═══ Data shown ═══

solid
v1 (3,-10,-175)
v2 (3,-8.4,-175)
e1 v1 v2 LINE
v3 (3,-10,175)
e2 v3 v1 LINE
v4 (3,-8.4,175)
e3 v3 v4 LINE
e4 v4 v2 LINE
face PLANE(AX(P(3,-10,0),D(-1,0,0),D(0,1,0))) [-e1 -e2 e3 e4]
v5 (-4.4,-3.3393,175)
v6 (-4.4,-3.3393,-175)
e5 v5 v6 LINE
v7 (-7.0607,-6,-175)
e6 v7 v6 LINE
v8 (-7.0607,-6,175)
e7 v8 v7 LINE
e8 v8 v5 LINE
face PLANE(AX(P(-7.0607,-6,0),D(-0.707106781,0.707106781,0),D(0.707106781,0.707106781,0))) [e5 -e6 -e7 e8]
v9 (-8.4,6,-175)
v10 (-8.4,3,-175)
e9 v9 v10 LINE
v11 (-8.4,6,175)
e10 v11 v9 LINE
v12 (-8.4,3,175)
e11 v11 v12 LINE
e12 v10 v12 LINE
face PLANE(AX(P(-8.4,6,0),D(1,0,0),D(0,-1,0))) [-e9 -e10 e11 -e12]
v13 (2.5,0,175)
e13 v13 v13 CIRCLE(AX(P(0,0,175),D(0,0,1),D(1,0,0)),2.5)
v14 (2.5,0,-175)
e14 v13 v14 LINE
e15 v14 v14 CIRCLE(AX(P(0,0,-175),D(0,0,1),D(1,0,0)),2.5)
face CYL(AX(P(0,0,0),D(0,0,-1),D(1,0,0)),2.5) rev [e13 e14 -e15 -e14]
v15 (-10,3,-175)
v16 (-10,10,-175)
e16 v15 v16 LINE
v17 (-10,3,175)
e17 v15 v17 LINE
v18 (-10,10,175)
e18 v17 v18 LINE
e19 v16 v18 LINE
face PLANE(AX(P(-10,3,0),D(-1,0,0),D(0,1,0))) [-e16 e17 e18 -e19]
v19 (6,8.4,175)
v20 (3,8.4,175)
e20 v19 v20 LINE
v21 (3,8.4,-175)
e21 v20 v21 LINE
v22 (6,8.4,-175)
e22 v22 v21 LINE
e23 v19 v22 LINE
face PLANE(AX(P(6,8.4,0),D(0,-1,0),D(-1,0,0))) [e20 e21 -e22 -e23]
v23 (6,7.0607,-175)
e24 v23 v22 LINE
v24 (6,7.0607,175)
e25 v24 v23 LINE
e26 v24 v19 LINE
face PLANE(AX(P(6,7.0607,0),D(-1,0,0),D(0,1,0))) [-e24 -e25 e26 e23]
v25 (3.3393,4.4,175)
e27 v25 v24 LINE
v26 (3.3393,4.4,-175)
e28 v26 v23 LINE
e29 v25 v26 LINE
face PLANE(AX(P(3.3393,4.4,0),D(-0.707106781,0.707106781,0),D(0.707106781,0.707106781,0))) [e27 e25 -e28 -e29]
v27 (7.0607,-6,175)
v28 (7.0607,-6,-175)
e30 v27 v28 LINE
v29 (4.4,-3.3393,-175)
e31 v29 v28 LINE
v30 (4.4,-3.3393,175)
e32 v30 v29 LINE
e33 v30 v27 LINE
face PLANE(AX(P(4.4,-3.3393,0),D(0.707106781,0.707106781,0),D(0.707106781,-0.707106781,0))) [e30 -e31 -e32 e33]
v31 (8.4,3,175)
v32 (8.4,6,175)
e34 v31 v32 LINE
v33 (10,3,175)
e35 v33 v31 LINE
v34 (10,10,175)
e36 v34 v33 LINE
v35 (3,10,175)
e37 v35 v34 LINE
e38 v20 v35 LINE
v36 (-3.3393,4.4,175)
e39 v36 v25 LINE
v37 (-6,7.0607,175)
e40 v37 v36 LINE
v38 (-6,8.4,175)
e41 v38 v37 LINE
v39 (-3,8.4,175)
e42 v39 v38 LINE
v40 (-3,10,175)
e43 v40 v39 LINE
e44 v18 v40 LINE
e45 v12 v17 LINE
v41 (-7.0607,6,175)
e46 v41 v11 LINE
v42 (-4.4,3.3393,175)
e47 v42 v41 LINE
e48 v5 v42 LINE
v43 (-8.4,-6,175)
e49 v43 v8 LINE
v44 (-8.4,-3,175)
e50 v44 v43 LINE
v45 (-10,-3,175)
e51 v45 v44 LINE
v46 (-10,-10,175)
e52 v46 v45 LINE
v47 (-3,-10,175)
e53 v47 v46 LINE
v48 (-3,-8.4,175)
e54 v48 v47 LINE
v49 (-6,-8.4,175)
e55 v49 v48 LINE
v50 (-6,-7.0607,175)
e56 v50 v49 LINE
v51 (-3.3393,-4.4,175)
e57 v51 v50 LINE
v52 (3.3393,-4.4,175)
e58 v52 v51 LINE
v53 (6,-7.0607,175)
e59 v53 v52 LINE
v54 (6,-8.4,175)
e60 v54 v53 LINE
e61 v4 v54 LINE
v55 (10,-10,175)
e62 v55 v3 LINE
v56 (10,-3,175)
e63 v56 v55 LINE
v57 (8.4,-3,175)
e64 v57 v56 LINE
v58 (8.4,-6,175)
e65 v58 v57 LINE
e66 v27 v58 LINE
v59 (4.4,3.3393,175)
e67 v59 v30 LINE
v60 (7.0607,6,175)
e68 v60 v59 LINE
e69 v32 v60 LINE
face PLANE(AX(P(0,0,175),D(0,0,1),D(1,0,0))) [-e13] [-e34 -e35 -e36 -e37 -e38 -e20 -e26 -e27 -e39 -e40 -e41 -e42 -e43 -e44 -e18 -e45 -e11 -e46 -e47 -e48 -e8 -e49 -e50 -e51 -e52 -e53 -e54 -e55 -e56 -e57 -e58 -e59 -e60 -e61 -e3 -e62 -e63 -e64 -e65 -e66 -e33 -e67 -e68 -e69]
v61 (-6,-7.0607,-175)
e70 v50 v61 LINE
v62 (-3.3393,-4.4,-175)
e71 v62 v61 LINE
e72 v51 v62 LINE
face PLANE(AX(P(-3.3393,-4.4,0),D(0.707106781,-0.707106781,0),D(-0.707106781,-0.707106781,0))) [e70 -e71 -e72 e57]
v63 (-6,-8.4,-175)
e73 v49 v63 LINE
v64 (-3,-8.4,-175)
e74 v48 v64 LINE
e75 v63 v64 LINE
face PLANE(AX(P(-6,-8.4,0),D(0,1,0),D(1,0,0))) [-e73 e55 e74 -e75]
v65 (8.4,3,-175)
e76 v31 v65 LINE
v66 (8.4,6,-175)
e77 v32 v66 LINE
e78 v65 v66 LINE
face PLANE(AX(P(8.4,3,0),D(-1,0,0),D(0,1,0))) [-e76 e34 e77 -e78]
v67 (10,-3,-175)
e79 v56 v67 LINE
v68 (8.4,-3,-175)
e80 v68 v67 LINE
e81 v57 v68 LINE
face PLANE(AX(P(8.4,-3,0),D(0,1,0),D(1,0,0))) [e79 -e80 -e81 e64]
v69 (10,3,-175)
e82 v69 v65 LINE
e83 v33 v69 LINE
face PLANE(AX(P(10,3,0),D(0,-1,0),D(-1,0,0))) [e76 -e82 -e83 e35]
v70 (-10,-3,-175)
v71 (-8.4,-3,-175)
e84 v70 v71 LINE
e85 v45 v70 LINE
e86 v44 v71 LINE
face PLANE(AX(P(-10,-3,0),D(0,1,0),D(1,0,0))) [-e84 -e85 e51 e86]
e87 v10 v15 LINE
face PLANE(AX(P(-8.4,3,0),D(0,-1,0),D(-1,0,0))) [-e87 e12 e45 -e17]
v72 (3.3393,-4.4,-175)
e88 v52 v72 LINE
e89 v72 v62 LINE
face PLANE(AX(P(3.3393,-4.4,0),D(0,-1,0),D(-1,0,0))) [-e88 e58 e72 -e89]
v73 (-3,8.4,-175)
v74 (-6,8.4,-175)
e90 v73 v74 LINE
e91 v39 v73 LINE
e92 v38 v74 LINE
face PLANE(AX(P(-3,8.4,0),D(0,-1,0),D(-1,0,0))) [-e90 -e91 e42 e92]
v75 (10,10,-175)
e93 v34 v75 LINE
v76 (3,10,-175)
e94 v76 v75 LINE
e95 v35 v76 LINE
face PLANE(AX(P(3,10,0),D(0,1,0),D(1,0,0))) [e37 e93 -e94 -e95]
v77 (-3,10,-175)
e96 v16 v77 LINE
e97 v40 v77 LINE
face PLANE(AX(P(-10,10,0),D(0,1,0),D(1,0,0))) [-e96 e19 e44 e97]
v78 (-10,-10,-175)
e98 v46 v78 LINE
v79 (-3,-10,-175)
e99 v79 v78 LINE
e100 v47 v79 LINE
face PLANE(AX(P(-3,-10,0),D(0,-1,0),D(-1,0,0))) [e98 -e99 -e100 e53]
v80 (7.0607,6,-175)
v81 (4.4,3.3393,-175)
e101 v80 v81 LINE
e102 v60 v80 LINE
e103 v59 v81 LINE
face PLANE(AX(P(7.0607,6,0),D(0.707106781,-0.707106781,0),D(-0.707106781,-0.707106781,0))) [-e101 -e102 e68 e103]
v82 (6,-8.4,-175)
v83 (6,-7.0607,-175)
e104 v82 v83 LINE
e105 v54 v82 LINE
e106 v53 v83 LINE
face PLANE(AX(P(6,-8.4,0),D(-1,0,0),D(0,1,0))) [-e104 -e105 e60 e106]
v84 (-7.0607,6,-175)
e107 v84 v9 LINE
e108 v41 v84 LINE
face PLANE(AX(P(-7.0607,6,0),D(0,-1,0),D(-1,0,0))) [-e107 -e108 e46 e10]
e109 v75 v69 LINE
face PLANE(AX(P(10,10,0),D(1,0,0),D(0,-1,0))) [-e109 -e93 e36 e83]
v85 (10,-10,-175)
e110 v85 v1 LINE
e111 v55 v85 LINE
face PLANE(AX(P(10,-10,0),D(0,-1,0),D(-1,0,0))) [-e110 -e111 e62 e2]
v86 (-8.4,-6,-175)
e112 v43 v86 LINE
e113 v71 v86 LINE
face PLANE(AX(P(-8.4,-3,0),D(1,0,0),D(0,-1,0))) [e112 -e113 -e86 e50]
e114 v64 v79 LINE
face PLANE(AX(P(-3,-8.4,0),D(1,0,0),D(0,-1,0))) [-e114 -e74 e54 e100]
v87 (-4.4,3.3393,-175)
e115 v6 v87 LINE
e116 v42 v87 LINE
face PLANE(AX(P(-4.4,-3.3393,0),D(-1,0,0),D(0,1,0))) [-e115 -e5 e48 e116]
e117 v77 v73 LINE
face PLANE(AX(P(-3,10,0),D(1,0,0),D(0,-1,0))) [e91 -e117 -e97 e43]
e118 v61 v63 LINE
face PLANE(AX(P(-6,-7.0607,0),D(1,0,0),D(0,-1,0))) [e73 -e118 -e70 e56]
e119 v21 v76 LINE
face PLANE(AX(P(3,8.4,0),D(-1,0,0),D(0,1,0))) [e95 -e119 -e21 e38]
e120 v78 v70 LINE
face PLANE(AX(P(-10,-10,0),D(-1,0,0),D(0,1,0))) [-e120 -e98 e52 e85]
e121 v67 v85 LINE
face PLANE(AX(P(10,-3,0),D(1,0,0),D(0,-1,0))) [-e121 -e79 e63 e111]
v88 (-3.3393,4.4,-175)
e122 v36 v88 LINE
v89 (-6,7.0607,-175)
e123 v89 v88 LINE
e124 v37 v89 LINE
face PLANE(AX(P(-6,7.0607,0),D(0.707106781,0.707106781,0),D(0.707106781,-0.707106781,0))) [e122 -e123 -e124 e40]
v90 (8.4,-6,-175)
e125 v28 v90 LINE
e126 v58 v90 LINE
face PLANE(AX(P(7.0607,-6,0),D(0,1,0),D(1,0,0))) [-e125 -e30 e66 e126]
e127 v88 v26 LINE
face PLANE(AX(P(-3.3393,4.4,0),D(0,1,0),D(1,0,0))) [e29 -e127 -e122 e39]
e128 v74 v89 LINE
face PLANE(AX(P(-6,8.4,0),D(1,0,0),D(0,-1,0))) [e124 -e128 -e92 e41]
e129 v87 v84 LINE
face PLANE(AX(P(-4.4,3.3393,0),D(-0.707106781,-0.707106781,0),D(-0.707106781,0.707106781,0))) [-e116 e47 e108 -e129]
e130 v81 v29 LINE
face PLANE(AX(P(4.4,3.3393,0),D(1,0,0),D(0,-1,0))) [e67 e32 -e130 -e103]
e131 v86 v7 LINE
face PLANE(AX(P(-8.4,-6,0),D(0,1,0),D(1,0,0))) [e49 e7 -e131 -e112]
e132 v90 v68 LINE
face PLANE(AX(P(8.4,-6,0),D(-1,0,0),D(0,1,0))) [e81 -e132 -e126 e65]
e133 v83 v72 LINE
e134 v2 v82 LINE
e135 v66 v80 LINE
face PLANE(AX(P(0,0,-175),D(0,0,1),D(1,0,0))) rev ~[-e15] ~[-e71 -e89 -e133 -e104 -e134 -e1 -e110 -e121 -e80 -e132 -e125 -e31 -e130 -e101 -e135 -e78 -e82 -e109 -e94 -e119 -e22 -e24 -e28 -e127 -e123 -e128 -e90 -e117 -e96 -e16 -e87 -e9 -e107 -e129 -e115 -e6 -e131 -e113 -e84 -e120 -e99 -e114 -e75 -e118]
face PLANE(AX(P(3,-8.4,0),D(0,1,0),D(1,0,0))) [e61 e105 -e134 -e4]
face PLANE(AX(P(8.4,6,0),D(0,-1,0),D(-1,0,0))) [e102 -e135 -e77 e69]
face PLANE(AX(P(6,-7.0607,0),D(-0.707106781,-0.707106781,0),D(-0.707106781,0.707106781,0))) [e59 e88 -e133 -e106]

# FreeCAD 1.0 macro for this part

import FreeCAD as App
import Part
import Sketcher

V = App.Vector


def add_polygon(sketch, points):
    """Adds a closed chain of lines whose ends are joined by coincident constraints."""
    first, n = sketch.GeometryCount, len(points)
    for a, b in zip(points, points[1:] + points[:1]):
        sketch.addGeometry(Part.LineSegment(App.Vector(*a, 0), App.Vector(*b, 0)), False)
    for i in range(n):
        sketch.addConstraint(Sketcher.Constraint("Coincident", first + i, 2, first + (i + 1) % n, 1))

doc = App.newDocument("Part")
body = doc.addObject("PartDesign::Body", "Body")

# Sketch on XY plane
sketch1 = body.newObject("Sketcher::SketchObject", "Sketch")
sketch1.AttachmentSupport = (doc.getObject("XY_Plane"), [""])
sketch1.MapMode = "FlatFace"
add_polygon(sketch1, [(-3, 10), (-10, 10), (-10, 3), (-8.4, 3), (-8.4, 6), (-7.1, 6), (-4.4, 3.3), (-4.4, -3.3), (-7.1, -6), (-8.4, -6), (-8.4, -3), (-10, -3), (-10, -10), (-3, -10), (-3, -8.4), (-6, -8.4), (-6, -7.1), (-3.3, -4.4), (3.3, -4.4), (6, -7.1), (6, -8.4), (3, -8.4), (3, -10), (10, -10), (10, -3), (8.4, -3), (8.4, -6), (7.1, -6), (4.4, -3.3), (4.4, 3.3), (7.1, 6), (8.4, 6), (8.4, 3), (10, 3), (10, 10), (3, 10), (3, 8.4), (6, 8.4), (6, 7.1), (3.3, 4.4), (-3.3, 4.4), (-6, 7.1), (-6, 8.4), (-3, 8.4)])  # lines 0-43
sketch1.addGeometry(Part.Circle(V(0, 0, 0), V(0, 0, 1), 2.5), False)  # 44
sketch1.addConstraint([
    Sketcher.Constraint("Horizontal", 0),
    Sketcher.Constraint("Vertical", 1),
    Sketcher.Constraint("Horizontal", 2),
    Sketcher.Constraint("Vertical", 3),
    Sketcher.Constraint("Horizontal", 4),
    Sketcher.Constraint("Vertical", 6),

═══

Work instructions ▸ After locating the line holding "v51 (-3.3393,-4.4,175)" above, output exactly that line and every line after it through the line holding "e83 v33 v69 LINE". Include nothing else.

Solution for this task ▸
v51 (-3.3393,-4.4,175)
e57 v51 v50 LINE
v52 (3.3393,-4.4,175)
e58 v52 v51 LINE
v53 (6,-7.0607,175)
e59 v53 v52 LINE
v54 (6,-8.4,175)
e60 v54 v53 LINE
e61 v4 v54 LINE
v55 (10,-10,175)
e62 v55 v3 LINE
v56 (10,-3,175)
e63 v56 v55 LINE
v57 (8.4,-3,175)
e64 v57 v56 LINE
v58 (8.4,-6,175)
e65 v58 v57 LINE
e66 v27 v58 LINE
v59 (4.4,3.3393,175)
e67 v59 v30 LINE
v60 (7.0607,6,175)
e68 v60 v59 LINE
e69 v32 v60 LINE
face PLANE(AX(P(0,0,175),D(0,0,1),D(1,0,0))) [-e13] [-e34 -e35 -e36 -e37 -e38 -e20 -e26 -e27 -e39 -e40 -e41 -e42 -e43 -e44 -e18 -e45 -e11 -e46 -e47 -e48 -e8 -e49 -e50 -e51 -e52 -e53 -e54 -e55 -e56 -e57 -e58 -e59 -e60 -e61 -e3 -e62 -e63 -e64 -e65 -e66 -e33 -e67 -e68 -e69]
v61 (-6,-7.0607,-175)
e70 v50 v61 LINE
v62 (-3.3393,-4.4,-175)
e71 v62 v61 LINE
e72 v51 v62 LINE
face PLANE(AX(P(-3.3393,-4.4,0),D(0.707106781,-0.707106781,0),D(-0.707106781,-0.707106781,0))) [e70 -e71 -e72 e57]
v63 (-6,-8.4,-175)
e73 v49 v63 LINE
v64 (-3,-8.4,-175)
e74 v48 v64 LINE
e75 v63 v64 LINE
face PLANE(AX(P(-6,-8.4,0),D(0,1,0),D(1,0,0))) [-e73 e55 e74 -e75]
v65 (8.4,3,-175)
e76 v31 v65 LINE
v66 (8.4,6,-175)
e77 v32 v66 LINE
e78 v65 v66 LINE
face PLANE(AX(P(8.4,3,0),D(-1,0,0),D(0,1,0))) [-e76 e34 e77 -e78]
v67 (10,-3,-175)
e79 v56 v67 LINE
v68 (8.4,-3,-175)
e80 v68 v67 LINE
e81 v57 v68 LINE
face PLANE(AX(P(8.4,-3,0),D(0,1,0),D(1,0,0))) [e79 -e80 -e81 e64]
v69 (10,3,-175)
e82 v69 v65 LINE
e83 v33 v69 LINE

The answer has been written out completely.